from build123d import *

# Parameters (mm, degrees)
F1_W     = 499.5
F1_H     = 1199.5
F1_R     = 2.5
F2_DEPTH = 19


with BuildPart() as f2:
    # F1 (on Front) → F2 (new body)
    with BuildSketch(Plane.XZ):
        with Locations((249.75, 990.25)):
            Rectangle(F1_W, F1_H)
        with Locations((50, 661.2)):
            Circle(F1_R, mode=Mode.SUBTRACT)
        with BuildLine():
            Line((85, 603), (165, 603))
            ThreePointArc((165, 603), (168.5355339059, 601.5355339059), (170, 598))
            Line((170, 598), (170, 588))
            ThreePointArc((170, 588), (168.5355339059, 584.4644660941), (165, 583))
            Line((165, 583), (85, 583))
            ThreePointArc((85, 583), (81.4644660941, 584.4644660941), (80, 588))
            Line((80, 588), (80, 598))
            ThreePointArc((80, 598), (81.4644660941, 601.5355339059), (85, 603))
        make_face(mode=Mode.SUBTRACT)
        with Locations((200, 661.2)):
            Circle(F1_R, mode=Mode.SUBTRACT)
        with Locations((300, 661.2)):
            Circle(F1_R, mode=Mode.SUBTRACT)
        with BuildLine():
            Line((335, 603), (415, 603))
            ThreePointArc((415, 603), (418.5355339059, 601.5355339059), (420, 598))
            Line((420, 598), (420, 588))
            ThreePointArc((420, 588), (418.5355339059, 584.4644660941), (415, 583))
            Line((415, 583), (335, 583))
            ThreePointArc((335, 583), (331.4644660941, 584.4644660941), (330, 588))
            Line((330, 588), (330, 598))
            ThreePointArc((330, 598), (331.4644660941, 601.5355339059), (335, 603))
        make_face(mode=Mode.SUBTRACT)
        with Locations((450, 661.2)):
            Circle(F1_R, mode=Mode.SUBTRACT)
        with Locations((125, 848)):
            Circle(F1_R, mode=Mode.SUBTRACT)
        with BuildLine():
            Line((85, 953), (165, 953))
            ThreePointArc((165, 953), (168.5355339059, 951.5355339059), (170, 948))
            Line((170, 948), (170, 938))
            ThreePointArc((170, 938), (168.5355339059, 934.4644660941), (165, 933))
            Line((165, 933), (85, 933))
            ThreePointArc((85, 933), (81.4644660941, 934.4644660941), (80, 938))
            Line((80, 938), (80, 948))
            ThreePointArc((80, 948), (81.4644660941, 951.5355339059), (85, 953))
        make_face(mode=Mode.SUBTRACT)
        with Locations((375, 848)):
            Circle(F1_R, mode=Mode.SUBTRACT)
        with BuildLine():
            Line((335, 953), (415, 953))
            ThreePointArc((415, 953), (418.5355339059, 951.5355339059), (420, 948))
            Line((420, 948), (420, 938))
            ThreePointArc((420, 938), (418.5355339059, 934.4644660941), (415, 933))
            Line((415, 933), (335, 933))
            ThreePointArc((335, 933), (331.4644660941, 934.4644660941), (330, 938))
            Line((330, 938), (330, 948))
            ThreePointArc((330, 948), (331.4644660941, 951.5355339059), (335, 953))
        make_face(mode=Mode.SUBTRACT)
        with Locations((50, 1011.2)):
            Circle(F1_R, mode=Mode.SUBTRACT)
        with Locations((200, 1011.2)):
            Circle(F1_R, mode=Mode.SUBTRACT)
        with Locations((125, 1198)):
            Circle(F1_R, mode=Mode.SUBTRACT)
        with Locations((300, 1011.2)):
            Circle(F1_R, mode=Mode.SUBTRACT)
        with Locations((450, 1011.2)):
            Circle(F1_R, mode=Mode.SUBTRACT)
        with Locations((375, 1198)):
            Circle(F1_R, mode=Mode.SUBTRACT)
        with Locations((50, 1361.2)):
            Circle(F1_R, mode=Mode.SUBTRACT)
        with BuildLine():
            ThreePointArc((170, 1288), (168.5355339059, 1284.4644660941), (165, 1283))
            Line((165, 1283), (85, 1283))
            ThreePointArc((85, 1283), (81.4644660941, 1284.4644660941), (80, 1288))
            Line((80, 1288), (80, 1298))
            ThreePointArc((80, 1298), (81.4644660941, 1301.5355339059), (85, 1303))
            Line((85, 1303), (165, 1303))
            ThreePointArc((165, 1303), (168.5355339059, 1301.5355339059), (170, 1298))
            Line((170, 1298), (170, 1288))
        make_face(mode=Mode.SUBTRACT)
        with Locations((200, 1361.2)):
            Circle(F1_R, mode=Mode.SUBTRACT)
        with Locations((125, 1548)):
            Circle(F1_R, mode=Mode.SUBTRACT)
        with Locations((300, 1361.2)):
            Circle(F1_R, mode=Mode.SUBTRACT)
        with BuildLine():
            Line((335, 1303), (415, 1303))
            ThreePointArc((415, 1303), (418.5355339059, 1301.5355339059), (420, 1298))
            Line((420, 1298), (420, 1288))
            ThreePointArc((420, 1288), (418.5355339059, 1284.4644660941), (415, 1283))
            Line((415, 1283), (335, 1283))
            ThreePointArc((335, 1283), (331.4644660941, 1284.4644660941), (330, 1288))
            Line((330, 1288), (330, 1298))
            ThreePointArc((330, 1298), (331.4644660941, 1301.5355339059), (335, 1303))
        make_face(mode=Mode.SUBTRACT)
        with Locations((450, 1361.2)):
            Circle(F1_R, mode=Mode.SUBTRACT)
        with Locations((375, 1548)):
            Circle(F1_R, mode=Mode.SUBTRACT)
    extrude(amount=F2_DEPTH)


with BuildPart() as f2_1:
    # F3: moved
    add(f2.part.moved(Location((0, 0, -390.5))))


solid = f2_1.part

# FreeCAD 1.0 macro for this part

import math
import FreeCAD as App
import Part
import Sketcher
from FreeCAD import Vector


def add_polygon(sketch, points):
    """Adds a closed chain of lines whose ends are joined by coincident constraints."""
    first, n = sketch.GeometryCount, len(points)
    for a, b in zip(points, points[1:] + points[:1]):
        sketch.addGeometry(Part.LineSegment(App.Vector(*a, 0), App.Vector(*b, 0)), False)
    for i in range(n):
        sketch.addConstraint(Sketcher.Constraint("Coincident", first + i, 2, first + (i + 1) % n, 1))

doc = App.newDocument("Part")
params = doc.addObject("Spreadsheet::Sheet", "Params")
for row, (alias, value) in enumerate([
    ("sketch1_diameter", "5 mm"),
    ("sketch1_radius", "5 mm"),
    ("sketch1_width", "80 mm"),
    ("sketch1_height", "10 mm"),
    ("sketch1_width2", "499.5 mm"),
    ("pad1_length", "19 mm"),
], start=1):
    params.set(f"A{row}", alias)
    params.set(f"B{row}", "=" + value)
    params.setAlias(f"B{row}", alias)

body = doc.addObject("PartDesign::Body", "Body")

sketch1 = body.newObject("Sketcher::SketchObject", "Sketch")
sketch1.AttachmentSupport = (doc.getObject("XZ_Plane"), [""])
sketch1.MapMode = "FlatFace"
add_polygon(sketch1, [(0, 1590), (0, 390.5), (499.5, 390.5), (499.5, 1590)])
sketch1.addGeometry(Part.Circle(Vector(50, 661.2, 0), Vector(0, 0, 1), 2.5), False)
sketch1.addGeometry(Part.ArcOfCircle(Part.Circle(Vector(85, 598, 0), Vector(0, 0, 1), 5), math.radians(90), math.radians(180)), False)
sketch1.addGeometry(Part.LineSegment(Vector(85, 603, 0), Vector(165, 603, 0)), False)
sketch1.addGeometry(Part.ArcOfCircle(Part.Circle(Vector(165, 598, 0), Vector(0, 0, 1), 5), math.radians(0), math.radians(90)), False)
sketch1.addGeometry(Part.LineSegment(Vector(170, 598, 0), Vector(170, 588, 0)), False)
sketch1.addGeometry(Part.ArcOfCircle(Part.Circle(Vector(165, 588, 0), Vector(0, 0, 1), 5), math.radians(-90), math.radians(0)), False)
sketch1.addGeometry(Part.LineSegment(Vector(165, 583, 0), Vector(85, 583, 0)), False)
sketch1.addGeometry(Part.ArcOfCircle(Part.Circle(Vector(85, 588, 0), Vector(0, 0, 1), 5), math.radians(180), math.radians(270)), False)
sketch1.addGeometry(Part.LineSegment(Vector(80, 588, 0), Vector(80, 598, 0)), False)
sketch1.addGeometry(Part.Circle(Vector(200, 661.2, 0), Vector(0, 0, 1), 2.5), False)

* _WHAT IS REQUIRED_: All lines above in which the word "BuildPart" occurs should be identified and copied.

* _OUTPUT FOR THIS EXERCISE_:
with BuildPart() as f2:
with BuildPart() as f2_1:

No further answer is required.